━━ Given records ━━
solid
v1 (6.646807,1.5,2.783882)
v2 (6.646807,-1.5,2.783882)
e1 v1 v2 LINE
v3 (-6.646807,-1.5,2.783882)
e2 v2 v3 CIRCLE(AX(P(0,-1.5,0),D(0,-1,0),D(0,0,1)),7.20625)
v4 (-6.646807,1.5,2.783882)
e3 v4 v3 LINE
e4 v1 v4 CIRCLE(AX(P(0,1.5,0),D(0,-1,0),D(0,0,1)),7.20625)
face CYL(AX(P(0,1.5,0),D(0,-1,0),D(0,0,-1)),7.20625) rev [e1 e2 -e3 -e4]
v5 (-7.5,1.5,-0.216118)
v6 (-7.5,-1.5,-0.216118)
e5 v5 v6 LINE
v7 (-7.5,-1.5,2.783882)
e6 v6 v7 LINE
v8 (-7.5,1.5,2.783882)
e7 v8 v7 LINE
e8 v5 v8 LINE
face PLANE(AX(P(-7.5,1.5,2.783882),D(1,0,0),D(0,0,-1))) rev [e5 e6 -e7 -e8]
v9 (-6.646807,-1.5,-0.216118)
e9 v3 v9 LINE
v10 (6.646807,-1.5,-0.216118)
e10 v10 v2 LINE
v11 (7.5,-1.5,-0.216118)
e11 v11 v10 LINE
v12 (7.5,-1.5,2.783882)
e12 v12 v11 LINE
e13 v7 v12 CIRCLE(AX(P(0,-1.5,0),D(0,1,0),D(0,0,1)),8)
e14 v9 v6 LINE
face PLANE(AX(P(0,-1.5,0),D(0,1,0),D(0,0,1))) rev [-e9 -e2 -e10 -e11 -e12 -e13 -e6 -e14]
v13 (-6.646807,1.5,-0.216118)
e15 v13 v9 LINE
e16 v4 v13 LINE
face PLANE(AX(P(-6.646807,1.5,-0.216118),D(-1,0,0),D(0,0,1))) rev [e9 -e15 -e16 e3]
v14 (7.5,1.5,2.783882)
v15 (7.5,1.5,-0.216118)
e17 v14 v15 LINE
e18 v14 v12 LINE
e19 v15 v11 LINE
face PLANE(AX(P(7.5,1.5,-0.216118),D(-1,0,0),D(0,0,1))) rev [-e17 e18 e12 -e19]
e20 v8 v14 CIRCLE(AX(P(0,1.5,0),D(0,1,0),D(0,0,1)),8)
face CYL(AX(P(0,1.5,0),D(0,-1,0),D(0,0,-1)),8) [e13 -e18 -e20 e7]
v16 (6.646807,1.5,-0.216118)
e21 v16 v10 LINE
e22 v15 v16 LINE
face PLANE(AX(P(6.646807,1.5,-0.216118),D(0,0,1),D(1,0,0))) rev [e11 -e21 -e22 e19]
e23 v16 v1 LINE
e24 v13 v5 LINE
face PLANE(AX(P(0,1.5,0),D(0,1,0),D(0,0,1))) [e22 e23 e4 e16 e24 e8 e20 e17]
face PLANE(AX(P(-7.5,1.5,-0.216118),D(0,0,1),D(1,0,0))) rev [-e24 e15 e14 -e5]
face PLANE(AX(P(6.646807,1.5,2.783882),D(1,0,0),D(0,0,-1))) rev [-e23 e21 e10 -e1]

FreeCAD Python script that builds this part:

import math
import FreeCAD as App
import Part
import Sketcher
Q = App.Units.Quantity

doc = App.newDocument("Part")
body = doc.addObject("PartDesign::Body", "Body")

# Sketch on XZ plane
sketch1 = doc.addObject("Sketcher::SketchObject", "Sketch")
body.addObject(sketch1)
sketch1.AttachmentSupport = (doc.XZ_Plane, [""])
sketch1.MapMode = "FlatFace"
sketch1.addGeometry(Part.LineSegment(App.Vector(-7.5, -0.216118, 0), App.Vector(-7.5, 2.783882, 0)), False)
sketch1.addGeometry(Part.ArcOfCircle(Part.Circle(App.Vector(0, 0, 0), App.Vector(0, 0, 1), 8), math.radians(20.364135), math.radians(159.635865)), False)
sketch1.addGeometry(Part.LineSegment(App.Vector(7.5, 2.783882, 0), App.Vector(7.5, -0.216118, 0)), False)
sketch1.addGeometry(Part.LineSegment(App.Vector(7.5, -0.216118, 0), App.Vector(6.646807, -0.216118, 0)), False)
sketch1.addGeometry(Part.LineSegment(App.Vector(6.646807, -0.216118, 0), App.Vector(6.646807, 2.783882, 0)), False)
sketch1.addGeometry(Part.ArcOfCircle(Part.Circle(App.Vector(0, 0, 0), App.Vector(0, 0, 1), 7.20625), math.radians(22.725399), math.radians(157.274601)), False)
sketch1.addGeometry(Part.LineSegment(App.Vector(-6.646807, 2.783882, 0), App.Vector(-6.646807, -0.216118, 0)), False)
sketch1.addGeometry(Part.LineSegment(App.Vector(-6.646807, -0.216118, 0), App.Vector(-7.5, -0.216118, 0)), False)
sketch1.addConstraint(Sketcher.Constraint("Coincident", 0, 2, 1, 2))
sketch1.addConstraint(Sketcher.Constraint("Coincident", 1, 1, 2, 1))
sketch1.addConstraint(Sketcher.Constraint("Coincident", 2, 2, 3, 1))
sketch1.addConstraint(Sketcher.Constraint("Coincident", 3, 2, 4, 1))
sketch1.addConstraint(Sketcher.Constraint("Coincident", 4, 2, 5, 1))
sketch1.addConstraint(Sketcher.Constraint("Coincident", 5, 2, 6, 1))
sketch1.addConstraint(Sketcher.Constraint("Coincident", 6, 2, 7, 1))
sketch1.addConstraint(Sketcher.Constraint("Coincident", 7, 2, 0, 1))
sketch1.addConstraint(Sketcher.Constraint("Vertical", 0))
sketch1.addConstraint(Sketcher.Constraint("Vertical", 2))
sketch1.addConstraint(Sketcher.Constraint("Horizontal", 3))
sketch1.addConstraint(Sketcher.Constraint("Vertical", 4))
sketch1.addConstraint(Sketcher.Constraint("Vertical", 6))
sketch1.addConstraint(Sketcher.Constraint("Horizontal", 7))
sketch1.addConstraint(Sketcher.Constraint("Coincident", 1, 3, -1, 1))
sketch1.addConstraint(Sketcher.Constraint("Coincident", 5, 3, -1, 1))
sketch1.addConstraint(Sketcher.Constraint("Symmetric", 3, 2, 6, 2, -2))
sketch1.addConstraint(Sketcher.Constraint("Horizontal", 0, 2, 1, 1))
sketch1.addConstraint(Sketcher.Constraint("Horizontal", 1, 1, 4, 2))
sketch1.addConstraint(Sketcher.Constraint("Radius", 1, Q("8 mm")))
sketch1.addConstraint(Sketcher.Constraint("DistanceY", 0, 1, 0, 2, Q("3 mm")))
sketch1.addConstraint(Sketcher.Constraint("DistanceX", 0, 2, 1, 1, Q("15 mm")))
sketch1.addConstraint(Sketcher.Constraint("Radius", 5, Q("7.20625 mm")))
pad1 = doc.addObject("PartDesign::Pad", "Pad")
body.addObject(pad1)
pad1.Profile = sketch1
pad1.Length = 3
pad1.Midplane = True

doc.recompute()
━━━
▶ **Directions for this task**
Using the entries shown above, reproduce verbatim the lines from the line bearing "e8 v5 v8 LINE" to the line bearing "FreeCAD Python script", inclusive.

▶ **Written answer**
e8 v5 v8 LINE
face PLANE(AX(P(-7.5,1.5,2.783882),D(1,0,0),D(0,0,-1))) rev [e5 e6 -e7 -e8]
v9 (-6.646807,-1.5,-0.216118)
e9 v3 v9 LINE
v10 (6.646807,-1.5,-0.216118)
e10 v10 v2 LINE
v11 (7.5,-1.5,-0.216118)
e11 v11 v10 LINE
v12 (7.5,-1.5,2.783882)
e12 v12 v11 LINE
e13 v7 v12 CIRCLE(AX(P(0,-1.5,0),D(0,1,0),D(0,0,1)),8)
e14 v9 v6 LINE
face PLANE(AX(P(0,-1.5,0),D(0,1,0),D(0,0,1))) rev [-e9 -e2 -e10 -e11 -e12 -e13 -e6 -e14]
v13 (-6.646807,1.5,-0.216118)
e15 v13 v9 LINE
e16 v4 v13 LINE
face PLANE(AX(P(-6.646807,1.5,-0.216118),D(-1,0,0),D(0,0,1))) rev [e9 -e15 -e16 e3]
v14 (7.5,1.5,2.783882)
v15 (7.5,1.5,-0.216118)
e17 v14 v15 LINE
e18 v14 v12 LINE
e19 v15 v11 LINE
face PLANE(AX(P(7.5,1.5,-0.216118),D(-1,0,0),D(0,0,1))) rev [-e17 e18 e12 -e19]
e20 v8 v14 CIRCLE(AX(P(0,1.5,0),D(0,1,0),D(0,0,1)),8)
face CYL(AX(P(0,1.5,0),D(0,-1,0),D(0,0,-1)),8) [e13 -e18 -e20 e7]
v16 (6.646807,1.5,-0.216118)
e21 v16 v10 LINE
e22 v15 v16 LINE
face PLANE(AX(P(6.646807,1.5,-0.216118),D(0,0,1),D(1,0,0))) rev [e11 -e21 -e22 e19]
e23 v16 v1 LINE
e24 v13 v5 LINE
face PLANE(AX(P(0,1.5,0),D(0,1,0),D(0,0,1))) [e22 e23 e4 e16 e24 e8 e20 e17]
face PLANE(AX(P(-7.5,1.5,-0.216118),D(0,0,1),D(1,0,0))) rev [-e24 e15 e14 -e5]
face PLANE(AX(P(6.646807,1.5,2.783882),D(1,0,0),D(0,0,-1))) rev [-e23 e21 e10 -e1]

FreeCAD Python script that builds this part:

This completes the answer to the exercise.